--- ENTRIES SUPPLIED Enclosed Below ---

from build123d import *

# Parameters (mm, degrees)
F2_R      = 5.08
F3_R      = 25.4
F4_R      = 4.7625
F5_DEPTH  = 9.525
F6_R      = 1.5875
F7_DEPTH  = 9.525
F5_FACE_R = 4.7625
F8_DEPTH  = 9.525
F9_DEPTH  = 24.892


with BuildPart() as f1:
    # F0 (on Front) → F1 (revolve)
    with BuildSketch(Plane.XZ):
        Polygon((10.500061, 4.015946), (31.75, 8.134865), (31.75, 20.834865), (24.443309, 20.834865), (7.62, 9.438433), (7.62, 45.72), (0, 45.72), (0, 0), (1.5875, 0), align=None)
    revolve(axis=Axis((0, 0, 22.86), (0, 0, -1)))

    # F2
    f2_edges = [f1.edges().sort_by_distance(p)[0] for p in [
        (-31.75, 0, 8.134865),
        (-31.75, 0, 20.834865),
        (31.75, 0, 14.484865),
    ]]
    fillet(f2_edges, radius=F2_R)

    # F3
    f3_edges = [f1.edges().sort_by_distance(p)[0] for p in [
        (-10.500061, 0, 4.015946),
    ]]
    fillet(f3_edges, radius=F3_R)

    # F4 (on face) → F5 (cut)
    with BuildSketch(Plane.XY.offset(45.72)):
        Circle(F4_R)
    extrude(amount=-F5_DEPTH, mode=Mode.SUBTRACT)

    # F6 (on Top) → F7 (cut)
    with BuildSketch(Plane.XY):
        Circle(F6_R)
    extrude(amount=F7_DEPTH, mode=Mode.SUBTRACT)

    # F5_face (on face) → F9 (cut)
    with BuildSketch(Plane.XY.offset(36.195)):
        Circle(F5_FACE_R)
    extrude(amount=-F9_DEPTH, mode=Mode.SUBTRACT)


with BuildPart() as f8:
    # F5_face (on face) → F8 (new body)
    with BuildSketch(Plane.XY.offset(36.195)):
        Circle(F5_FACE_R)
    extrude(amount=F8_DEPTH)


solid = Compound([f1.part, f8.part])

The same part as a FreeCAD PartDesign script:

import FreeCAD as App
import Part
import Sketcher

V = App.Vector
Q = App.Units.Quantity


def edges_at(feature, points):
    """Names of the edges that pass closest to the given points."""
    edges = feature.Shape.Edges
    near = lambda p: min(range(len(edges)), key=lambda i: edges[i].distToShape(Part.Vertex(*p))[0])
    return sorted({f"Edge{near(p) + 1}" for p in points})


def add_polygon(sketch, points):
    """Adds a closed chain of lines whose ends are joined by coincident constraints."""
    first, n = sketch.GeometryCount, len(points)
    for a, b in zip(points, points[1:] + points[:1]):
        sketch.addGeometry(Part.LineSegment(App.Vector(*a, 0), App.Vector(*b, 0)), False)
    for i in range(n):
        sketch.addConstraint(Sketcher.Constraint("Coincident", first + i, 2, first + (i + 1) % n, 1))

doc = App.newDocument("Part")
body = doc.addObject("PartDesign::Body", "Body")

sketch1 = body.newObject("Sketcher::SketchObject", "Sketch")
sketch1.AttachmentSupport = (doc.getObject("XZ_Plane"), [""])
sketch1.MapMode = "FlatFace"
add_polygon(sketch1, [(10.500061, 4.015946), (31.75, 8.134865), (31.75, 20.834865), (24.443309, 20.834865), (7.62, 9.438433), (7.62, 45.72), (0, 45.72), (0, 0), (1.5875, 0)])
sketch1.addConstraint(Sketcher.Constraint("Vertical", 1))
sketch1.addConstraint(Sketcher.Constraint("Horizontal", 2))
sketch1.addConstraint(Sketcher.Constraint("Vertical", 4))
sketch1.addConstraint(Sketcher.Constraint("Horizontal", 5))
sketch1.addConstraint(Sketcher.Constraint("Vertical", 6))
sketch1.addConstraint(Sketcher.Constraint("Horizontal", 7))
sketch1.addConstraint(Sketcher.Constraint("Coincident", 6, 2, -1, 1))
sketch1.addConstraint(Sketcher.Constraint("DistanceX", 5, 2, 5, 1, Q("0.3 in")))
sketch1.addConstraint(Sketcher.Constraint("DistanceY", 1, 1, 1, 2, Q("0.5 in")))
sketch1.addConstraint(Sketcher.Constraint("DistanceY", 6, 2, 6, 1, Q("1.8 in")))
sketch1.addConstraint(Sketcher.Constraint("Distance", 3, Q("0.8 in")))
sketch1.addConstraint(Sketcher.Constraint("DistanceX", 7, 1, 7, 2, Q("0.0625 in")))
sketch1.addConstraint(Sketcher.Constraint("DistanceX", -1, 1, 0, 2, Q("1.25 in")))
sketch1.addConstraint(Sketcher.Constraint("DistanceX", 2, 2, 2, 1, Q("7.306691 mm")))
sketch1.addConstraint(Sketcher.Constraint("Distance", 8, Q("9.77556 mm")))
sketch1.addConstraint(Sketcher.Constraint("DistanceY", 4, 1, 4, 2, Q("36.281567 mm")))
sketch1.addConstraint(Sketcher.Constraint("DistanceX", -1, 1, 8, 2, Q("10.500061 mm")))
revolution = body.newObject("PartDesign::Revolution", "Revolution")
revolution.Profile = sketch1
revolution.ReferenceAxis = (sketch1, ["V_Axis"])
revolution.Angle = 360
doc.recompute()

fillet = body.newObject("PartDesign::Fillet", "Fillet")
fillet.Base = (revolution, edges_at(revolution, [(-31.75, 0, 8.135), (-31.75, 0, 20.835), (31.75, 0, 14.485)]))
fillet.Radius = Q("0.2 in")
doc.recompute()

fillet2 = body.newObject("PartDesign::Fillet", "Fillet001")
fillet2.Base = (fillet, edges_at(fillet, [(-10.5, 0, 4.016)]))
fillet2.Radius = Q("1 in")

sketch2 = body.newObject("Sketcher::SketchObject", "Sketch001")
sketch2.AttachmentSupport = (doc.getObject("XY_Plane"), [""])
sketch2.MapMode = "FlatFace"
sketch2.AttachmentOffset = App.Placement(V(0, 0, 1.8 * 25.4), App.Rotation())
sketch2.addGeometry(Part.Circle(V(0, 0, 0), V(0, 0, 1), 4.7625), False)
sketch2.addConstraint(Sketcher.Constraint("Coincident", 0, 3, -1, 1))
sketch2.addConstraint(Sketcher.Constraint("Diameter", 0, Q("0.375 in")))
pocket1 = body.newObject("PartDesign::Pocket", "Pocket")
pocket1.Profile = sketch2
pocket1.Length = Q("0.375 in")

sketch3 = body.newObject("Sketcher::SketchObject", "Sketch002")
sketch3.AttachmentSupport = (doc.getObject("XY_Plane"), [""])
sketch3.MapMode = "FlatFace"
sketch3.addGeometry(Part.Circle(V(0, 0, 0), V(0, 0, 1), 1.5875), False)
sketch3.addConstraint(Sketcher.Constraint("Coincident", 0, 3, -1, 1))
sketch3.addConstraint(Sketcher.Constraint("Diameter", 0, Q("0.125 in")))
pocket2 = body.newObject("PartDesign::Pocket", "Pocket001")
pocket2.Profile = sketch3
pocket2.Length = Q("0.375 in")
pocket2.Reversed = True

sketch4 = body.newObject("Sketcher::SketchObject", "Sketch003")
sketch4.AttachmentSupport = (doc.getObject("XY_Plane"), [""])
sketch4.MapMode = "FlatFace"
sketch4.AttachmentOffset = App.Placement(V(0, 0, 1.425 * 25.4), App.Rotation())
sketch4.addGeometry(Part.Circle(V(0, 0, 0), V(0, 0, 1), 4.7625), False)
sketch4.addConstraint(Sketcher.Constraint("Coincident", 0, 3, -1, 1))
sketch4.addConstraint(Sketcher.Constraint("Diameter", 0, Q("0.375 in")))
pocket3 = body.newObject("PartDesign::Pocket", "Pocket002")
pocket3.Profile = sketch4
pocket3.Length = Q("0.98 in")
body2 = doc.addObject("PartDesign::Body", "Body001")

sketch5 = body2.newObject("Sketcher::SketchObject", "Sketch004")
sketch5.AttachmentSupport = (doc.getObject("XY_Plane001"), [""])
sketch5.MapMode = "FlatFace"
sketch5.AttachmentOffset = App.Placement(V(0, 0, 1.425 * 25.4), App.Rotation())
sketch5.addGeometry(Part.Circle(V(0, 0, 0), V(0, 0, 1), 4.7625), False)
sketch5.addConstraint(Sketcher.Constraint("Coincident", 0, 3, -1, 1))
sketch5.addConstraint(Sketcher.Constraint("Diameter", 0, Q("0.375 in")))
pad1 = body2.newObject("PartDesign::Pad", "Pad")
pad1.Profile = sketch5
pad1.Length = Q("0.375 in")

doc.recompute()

--- End of Enclosed ENTRIES SUPPLIED ---
--- ENTRIES SUPPLIED Enclosed Below ---

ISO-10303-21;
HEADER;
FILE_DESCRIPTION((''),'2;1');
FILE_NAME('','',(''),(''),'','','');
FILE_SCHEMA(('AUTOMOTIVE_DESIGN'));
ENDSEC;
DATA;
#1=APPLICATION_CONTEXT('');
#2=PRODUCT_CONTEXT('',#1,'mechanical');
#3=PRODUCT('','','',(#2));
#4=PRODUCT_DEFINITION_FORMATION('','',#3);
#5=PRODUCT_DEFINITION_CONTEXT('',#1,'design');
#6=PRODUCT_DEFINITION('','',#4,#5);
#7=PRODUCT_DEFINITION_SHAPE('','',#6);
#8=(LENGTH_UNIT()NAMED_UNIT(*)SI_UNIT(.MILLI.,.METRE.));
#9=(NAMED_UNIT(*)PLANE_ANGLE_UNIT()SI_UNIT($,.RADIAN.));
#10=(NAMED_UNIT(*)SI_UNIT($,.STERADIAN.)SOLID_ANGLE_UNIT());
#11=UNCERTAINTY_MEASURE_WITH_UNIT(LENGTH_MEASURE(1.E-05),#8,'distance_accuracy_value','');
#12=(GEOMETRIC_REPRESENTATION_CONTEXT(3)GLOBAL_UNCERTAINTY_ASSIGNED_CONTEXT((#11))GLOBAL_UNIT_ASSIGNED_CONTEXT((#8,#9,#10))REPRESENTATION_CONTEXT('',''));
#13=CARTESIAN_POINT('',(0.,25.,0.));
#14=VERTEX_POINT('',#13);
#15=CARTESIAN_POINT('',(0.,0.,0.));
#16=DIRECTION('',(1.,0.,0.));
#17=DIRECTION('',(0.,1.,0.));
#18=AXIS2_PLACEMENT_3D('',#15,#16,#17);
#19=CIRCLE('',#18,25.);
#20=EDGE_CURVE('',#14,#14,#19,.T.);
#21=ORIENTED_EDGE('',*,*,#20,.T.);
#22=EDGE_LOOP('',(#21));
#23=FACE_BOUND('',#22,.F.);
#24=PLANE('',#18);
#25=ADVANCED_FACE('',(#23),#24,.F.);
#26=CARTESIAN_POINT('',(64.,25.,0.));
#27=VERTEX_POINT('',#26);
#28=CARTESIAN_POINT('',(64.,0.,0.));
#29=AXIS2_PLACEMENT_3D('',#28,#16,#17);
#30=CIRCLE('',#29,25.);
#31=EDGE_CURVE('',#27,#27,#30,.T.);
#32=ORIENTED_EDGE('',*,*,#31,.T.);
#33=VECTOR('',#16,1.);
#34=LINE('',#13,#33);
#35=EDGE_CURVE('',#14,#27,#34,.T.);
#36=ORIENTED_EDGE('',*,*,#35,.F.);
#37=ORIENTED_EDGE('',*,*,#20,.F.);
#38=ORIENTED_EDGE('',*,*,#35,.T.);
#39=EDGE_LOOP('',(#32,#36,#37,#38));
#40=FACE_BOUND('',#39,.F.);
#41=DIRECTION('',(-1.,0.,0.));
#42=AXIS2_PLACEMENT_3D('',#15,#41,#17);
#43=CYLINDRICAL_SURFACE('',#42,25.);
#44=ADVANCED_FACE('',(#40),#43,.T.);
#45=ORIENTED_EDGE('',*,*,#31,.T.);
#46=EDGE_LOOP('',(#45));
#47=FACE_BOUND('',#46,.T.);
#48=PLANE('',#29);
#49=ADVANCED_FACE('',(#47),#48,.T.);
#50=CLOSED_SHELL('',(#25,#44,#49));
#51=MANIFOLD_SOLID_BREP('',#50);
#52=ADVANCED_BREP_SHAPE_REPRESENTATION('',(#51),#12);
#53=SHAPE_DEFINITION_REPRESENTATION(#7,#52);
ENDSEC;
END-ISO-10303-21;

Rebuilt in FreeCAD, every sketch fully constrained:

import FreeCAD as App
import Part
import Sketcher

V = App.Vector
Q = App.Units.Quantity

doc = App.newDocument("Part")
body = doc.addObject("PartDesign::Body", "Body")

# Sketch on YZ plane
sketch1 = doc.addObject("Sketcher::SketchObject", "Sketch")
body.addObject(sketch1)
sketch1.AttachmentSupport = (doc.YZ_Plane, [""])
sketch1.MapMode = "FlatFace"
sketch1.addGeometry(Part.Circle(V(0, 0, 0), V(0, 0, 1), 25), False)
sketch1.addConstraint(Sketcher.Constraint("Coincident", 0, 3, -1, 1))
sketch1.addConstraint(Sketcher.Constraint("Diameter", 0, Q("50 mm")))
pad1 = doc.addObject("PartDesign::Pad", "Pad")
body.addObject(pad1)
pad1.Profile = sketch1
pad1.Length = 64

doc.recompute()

--- End of Enclosed ENTRIES SUPPLIED ---

▶ _YOUR ASSIGNMENT_:
From the records above, transcribe without alteration every line from the one with "FILE_DESCRIPTION((''),'2;1');" to the one with "#52=ADVANCED_BREP_SHAPE_REPRESENTATION('',(#51),#12);", inclusive.

▶ _SOLUTION FOR THIS TASK_:
FILE_DESCRIPTION((''),'2;1');
FILE_NAME('','',(''),(''),'','','');
FILE_SCHEMA(('AUTOMOTIVE_DESIGN'));
ENDSEC;
DATA;
#1=APPLICATION_CONTEXT('');
#2=PRODUCT_CONTEXT('',#1,'mechanical');
#3=PRODUCT('','','',(#2));
#4=PRODUCT_DEFINITION_FORMATION('','',#3);
#5=PRODUCT_DEFINITION_CONTEXT('',#1,'design');
#6=PRODUCT_DEFINITION('','',#4,#5);
#7=PRODUCT_DEFINITION_SHAPE('','',#6);
#8=(LENGTH_UNIT()NAMED_UNIT(*)SI_UNIT(.MILLI.,.METRE.));
#9=(NAMED_UNIT(*)PLANE_ANGLE_UNIT()SI_UNIT($,.RADIAN.));
#10=(NAMED_UNIT(*)SI_UNIT($,.STERADIAN.)SOLID_ANGLE_UNIT());
#11=UNCERTAINTY_MEASURE_WITH_UNIT(LENGTH_MEASURE(1.E-05),#8,'distance_accuracy_value','');
#12=(GEOMETRIC_REPRESENTATION_CONTEXT(3)GLOBAL_UNCERTAINTY_ASSIGNED_CONTEXT((#11))GLOBAL_UNIT_ASSIGNED_CONTEXT((#8,#9,#10))REPRESENTATION_CONTEXT('',''));
#13=CARTESIAN_POINT('',(0.,25.,0.));
#14=VERTEX_POINT('',#13);
#15=CARTESIAN_POINT('',(0.,0.,0.));
#16=DIRECTION('',(1.,0.,0.));
#17=DIRECTION('',(0.,1.,0.));
#18=AXIS2_PLACEMENT_3D('',#15,#16,#17);
#19=CIRCLE('',#18,25.);
#20=EDGE_CURVE('',#14,#14,#19,.T.);
#21=ORIENTED_EDGE('',*,*,#20,.T.);
#22=EDGE_LOOP('',(#21));
#23=FACE_BOUND('',#22,.F.);
#24=PLANE('',#18);
#25=ADVANCED_FACE('',(#23),#24,.F.);
#26=CARTESIAN_POINT('',(64.,25.,0.));
#27=VERTEX_POINT('',#26);
#28=CARTESIAN_POINT('',(64.,0.,0.));
#29=AXIS2_PLACEMENT_3D('',#28,#16,#17);
#30=CIRCLE('',#29,25.);
#31=EDGE_CURVE('',#27,#27,#30,.T.);
#32=ORIENTED_EDGE('',*,*,#31,.T.);
#33=VECTOR('',#16,1.);
#34=LINE('',#13,#33);
#35=EDGE_CURVE('',#14,#27,#34,.T.);
#36=ORIENTED_EDGE('',*,*,#35,.F.);
#37=ORIENTED_EDGE('',*,*,#20,.F.);
#38=ORIENTED_EDGE('',*,*,#35,.T.);
#39=EDGE_LOOP('',(#32,#36,#37,#38));
#40=FACE_BOUND('',#39,.F.);
#41=DIRECTION('',(-1.,0.,0.));
#42=AXIS2_PLACEMENT_3D('',#15,#41,#17);
#43=CYLINDRICAL_SURFACE('',#42,25.);
#44=ADVANCED_FACE('',(#40),#43,.T.);
#45=ORIENTED_EDGE('',*,*,#31,.T.);
#46=EDGE_LOOP('',(#45));
#47=FACE_BOUND('',#46,.T.);
#48=PLANE('',#29);
#49=ADVANCED_FACE('',(#47),#48,.T.);
#50=CLOSED_SHELL('',(#25,#44,#49));
#51=MANIFOLD_SOLID_BREP('',#50);
#52=ADVANCED_BREP_SHAPE_REPRESENTATION('',(#51),#12);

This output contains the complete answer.